Exercise goal: Output exactly the lines that run from the top of the entries to the line holding "f 190 56 192", including both of those lines.

Dataset entries:
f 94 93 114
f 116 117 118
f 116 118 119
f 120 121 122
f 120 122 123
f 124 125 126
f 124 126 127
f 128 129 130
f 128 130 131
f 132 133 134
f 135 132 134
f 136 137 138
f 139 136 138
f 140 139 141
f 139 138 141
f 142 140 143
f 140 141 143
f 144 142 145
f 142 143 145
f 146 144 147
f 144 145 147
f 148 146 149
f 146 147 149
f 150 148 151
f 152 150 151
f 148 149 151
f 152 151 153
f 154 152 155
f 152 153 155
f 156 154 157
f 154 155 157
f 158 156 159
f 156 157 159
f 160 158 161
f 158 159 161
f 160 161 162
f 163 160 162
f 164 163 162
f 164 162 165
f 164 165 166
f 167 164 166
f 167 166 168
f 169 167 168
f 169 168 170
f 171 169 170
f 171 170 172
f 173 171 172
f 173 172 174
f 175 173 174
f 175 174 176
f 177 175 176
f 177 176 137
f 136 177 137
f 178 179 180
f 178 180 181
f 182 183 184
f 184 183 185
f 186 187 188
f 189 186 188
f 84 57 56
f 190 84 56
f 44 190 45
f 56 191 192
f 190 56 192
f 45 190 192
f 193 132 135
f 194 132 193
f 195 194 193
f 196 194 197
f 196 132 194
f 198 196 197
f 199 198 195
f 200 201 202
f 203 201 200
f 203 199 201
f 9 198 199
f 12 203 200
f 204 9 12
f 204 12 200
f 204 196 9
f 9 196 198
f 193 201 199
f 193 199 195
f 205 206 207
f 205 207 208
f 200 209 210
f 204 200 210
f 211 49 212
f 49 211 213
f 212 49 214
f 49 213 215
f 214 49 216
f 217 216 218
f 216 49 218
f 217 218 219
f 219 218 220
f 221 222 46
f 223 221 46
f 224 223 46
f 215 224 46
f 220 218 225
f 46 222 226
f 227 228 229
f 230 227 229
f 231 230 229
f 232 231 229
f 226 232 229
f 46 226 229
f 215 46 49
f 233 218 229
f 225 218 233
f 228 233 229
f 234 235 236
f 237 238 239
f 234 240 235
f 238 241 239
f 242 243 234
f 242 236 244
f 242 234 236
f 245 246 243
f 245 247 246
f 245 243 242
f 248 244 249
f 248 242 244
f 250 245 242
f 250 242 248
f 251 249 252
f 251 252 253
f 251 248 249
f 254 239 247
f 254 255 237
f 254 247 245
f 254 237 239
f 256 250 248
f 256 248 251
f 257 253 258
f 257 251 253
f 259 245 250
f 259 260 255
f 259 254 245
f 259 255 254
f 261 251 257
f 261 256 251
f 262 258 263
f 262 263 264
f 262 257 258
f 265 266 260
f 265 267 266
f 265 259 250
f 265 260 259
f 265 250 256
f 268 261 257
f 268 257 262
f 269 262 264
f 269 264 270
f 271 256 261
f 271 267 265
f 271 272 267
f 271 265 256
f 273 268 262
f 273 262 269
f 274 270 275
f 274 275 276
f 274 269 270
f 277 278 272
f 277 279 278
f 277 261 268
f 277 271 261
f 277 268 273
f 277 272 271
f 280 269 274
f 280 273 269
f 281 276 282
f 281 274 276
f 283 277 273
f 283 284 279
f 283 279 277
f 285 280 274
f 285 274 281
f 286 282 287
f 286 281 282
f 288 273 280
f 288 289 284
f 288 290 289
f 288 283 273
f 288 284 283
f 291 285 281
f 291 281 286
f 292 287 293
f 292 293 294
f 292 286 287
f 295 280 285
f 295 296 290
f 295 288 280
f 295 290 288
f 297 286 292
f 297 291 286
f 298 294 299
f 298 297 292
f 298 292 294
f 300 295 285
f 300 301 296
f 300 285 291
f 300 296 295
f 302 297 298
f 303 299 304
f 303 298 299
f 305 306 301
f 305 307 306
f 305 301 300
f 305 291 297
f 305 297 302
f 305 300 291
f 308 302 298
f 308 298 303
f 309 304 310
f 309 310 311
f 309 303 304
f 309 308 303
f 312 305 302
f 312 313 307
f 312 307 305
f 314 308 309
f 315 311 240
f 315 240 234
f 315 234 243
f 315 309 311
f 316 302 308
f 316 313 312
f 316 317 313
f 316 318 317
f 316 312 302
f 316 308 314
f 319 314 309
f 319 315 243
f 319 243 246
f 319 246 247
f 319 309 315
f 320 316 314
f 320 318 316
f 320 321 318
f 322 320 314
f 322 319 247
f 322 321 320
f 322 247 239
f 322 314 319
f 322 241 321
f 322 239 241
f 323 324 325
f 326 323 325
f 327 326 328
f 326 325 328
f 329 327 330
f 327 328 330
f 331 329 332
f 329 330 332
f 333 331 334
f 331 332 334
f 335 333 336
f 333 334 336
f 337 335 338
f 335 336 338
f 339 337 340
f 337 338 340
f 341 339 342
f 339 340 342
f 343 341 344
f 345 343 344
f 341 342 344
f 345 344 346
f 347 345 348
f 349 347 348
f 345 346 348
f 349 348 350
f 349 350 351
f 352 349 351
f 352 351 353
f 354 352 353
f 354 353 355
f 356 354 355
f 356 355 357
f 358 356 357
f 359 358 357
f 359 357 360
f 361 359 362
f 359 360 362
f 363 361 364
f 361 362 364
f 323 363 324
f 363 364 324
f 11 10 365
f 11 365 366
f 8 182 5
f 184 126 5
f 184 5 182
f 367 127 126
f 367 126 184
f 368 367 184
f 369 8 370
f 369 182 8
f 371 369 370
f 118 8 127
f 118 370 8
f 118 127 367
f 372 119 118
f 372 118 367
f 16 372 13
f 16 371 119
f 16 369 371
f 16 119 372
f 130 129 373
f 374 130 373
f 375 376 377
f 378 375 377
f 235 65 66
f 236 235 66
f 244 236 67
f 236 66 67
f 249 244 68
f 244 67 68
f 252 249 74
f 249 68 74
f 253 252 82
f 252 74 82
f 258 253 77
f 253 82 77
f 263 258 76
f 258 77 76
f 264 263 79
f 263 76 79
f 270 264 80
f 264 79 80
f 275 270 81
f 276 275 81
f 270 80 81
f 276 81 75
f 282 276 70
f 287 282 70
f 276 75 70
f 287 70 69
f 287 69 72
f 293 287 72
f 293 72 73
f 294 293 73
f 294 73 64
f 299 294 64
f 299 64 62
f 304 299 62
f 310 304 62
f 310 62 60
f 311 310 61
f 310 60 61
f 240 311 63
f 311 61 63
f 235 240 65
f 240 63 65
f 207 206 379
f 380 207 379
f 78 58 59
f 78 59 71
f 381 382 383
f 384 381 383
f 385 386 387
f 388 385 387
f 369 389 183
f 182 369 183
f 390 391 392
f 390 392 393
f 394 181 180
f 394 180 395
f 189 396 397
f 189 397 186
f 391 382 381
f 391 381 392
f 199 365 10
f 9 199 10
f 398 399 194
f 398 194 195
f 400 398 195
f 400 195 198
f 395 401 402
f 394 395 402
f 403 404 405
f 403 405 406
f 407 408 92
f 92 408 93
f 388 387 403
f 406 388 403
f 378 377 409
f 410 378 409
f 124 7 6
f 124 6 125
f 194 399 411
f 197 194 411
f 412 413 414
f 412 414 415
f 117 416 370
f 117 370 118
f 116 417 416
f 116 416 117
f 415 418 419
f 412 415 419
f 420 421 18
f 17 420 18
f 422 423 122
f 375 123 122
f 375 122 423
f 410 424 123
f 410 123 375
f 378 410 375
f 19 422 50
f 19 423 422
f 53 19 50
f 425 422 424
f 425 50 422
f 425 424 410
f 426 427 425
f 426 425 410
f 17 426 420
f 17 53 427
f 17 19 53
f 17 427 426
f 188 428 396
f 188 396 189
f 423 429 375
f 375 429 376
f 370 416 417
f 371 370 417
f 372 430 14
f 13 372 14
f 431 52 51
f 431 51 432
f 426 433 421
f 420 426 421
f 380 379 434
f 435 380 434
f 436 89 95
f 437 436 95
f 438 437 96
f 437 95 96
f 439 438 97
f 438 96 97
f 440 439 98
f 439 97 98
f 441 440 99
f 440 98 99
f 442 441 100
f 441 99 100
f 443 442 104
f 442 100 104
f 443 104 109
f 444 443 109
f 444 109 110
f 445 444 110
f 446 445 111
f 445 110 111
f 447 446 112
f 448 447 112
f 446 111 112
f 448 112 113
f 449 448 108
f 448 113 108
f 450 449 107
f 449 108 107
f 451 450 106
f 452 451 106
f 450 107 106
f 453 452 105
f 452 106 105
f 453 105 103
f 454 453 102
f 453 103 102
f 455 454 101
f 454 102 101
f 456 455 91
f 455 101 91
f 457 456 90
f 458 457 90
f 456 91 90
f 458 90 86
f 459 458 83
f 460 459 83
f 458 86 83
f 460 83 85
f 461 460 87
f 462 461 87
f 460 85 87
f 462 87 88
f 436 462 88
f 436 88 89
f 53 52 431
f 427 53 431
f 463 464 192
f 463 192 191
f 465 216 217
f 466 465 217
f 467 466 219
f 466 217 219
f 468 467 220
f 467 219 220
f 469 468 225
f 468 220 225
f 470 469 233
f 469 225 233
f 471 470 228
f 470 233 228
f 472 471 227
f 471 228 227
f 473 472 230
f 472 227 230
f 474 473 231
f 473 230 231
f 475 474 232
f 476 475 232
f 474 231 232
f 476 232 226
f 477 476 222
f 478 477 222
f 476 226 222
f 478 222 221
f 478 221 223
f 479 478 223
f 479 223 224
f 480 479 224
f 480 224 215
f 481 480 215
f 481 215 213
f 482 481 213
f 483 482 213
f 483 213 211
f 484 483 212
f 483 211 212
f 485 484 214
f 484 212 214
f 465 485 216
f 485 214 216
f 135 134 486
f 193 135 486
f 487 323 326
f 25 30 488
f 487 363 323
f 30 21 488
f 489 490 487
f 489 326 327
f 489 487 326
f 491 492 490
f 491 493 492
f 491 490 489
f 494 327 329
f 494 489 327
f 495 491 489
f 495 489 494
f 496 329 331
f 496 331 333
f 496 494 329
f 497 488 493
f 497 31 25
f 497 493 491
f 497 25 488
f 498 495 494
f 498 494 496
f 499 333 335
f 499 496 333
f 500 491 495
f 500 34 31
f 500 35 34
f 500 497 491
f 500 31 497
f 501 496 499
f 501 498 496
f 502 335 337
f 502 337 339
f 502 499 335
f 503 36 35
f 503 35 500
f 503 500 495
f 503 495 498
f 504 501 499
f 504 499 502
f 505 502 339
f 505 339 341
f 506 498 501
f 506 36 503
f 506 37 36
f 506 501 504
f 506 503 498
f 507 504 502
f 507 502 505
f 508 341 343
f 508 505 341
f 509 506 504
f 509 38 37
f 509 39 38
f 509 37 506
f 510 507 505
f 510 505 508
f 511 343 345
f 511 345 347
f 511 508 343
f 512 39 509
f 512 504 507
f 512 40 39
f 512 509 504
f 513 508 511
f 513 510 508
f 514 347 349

Problem solution:
f 94 93 114
f 116 117 118
f 116 118 119
f 120 121 122
f 120 122 123
f 124 125 126
f 124 126 127
f 128 129 130
f 128 130 131
f 132 133 134
f 135 132 134
f 136 137 138
f 139 136 138
f 140 139 141
f 139 138 141
f 142 140 143
f 140 141 143
f 144 142 145
f 142 143 145
f 146 144 147
f 144 145 147
f 148 146 149
f 146 147 149
f 150 148 151
f 152 150 151
f 148 149 151
f 152 151 153
f 154 152 155
f 152 153 155
f 156 154 157
f 154 155 157
f 158 156 159
f 156 157 159
f 160 158 161
f 158 159 161
f 160 161 162
f 163 160 162
f 164 163 162
f 164 162 165
f 164 165 166
f 167 164 166
f 167 166 168
f 169 167 168
f 169 168 170
f 171 169 170
f 171 170 172
f 173 171 172
f 173 172 174
f 175 173 174
f 175 174 176
f 177 175 176
f 177 176 137
f 136 177 137
f 178 179 180
f 178 180 181
f 182 183 184
f 184 183 185
f 186 187 188
f 189 186 188
f 84 57 56
f 190 84 56
f 44 190 45
f 56 191 192
f 190 56 192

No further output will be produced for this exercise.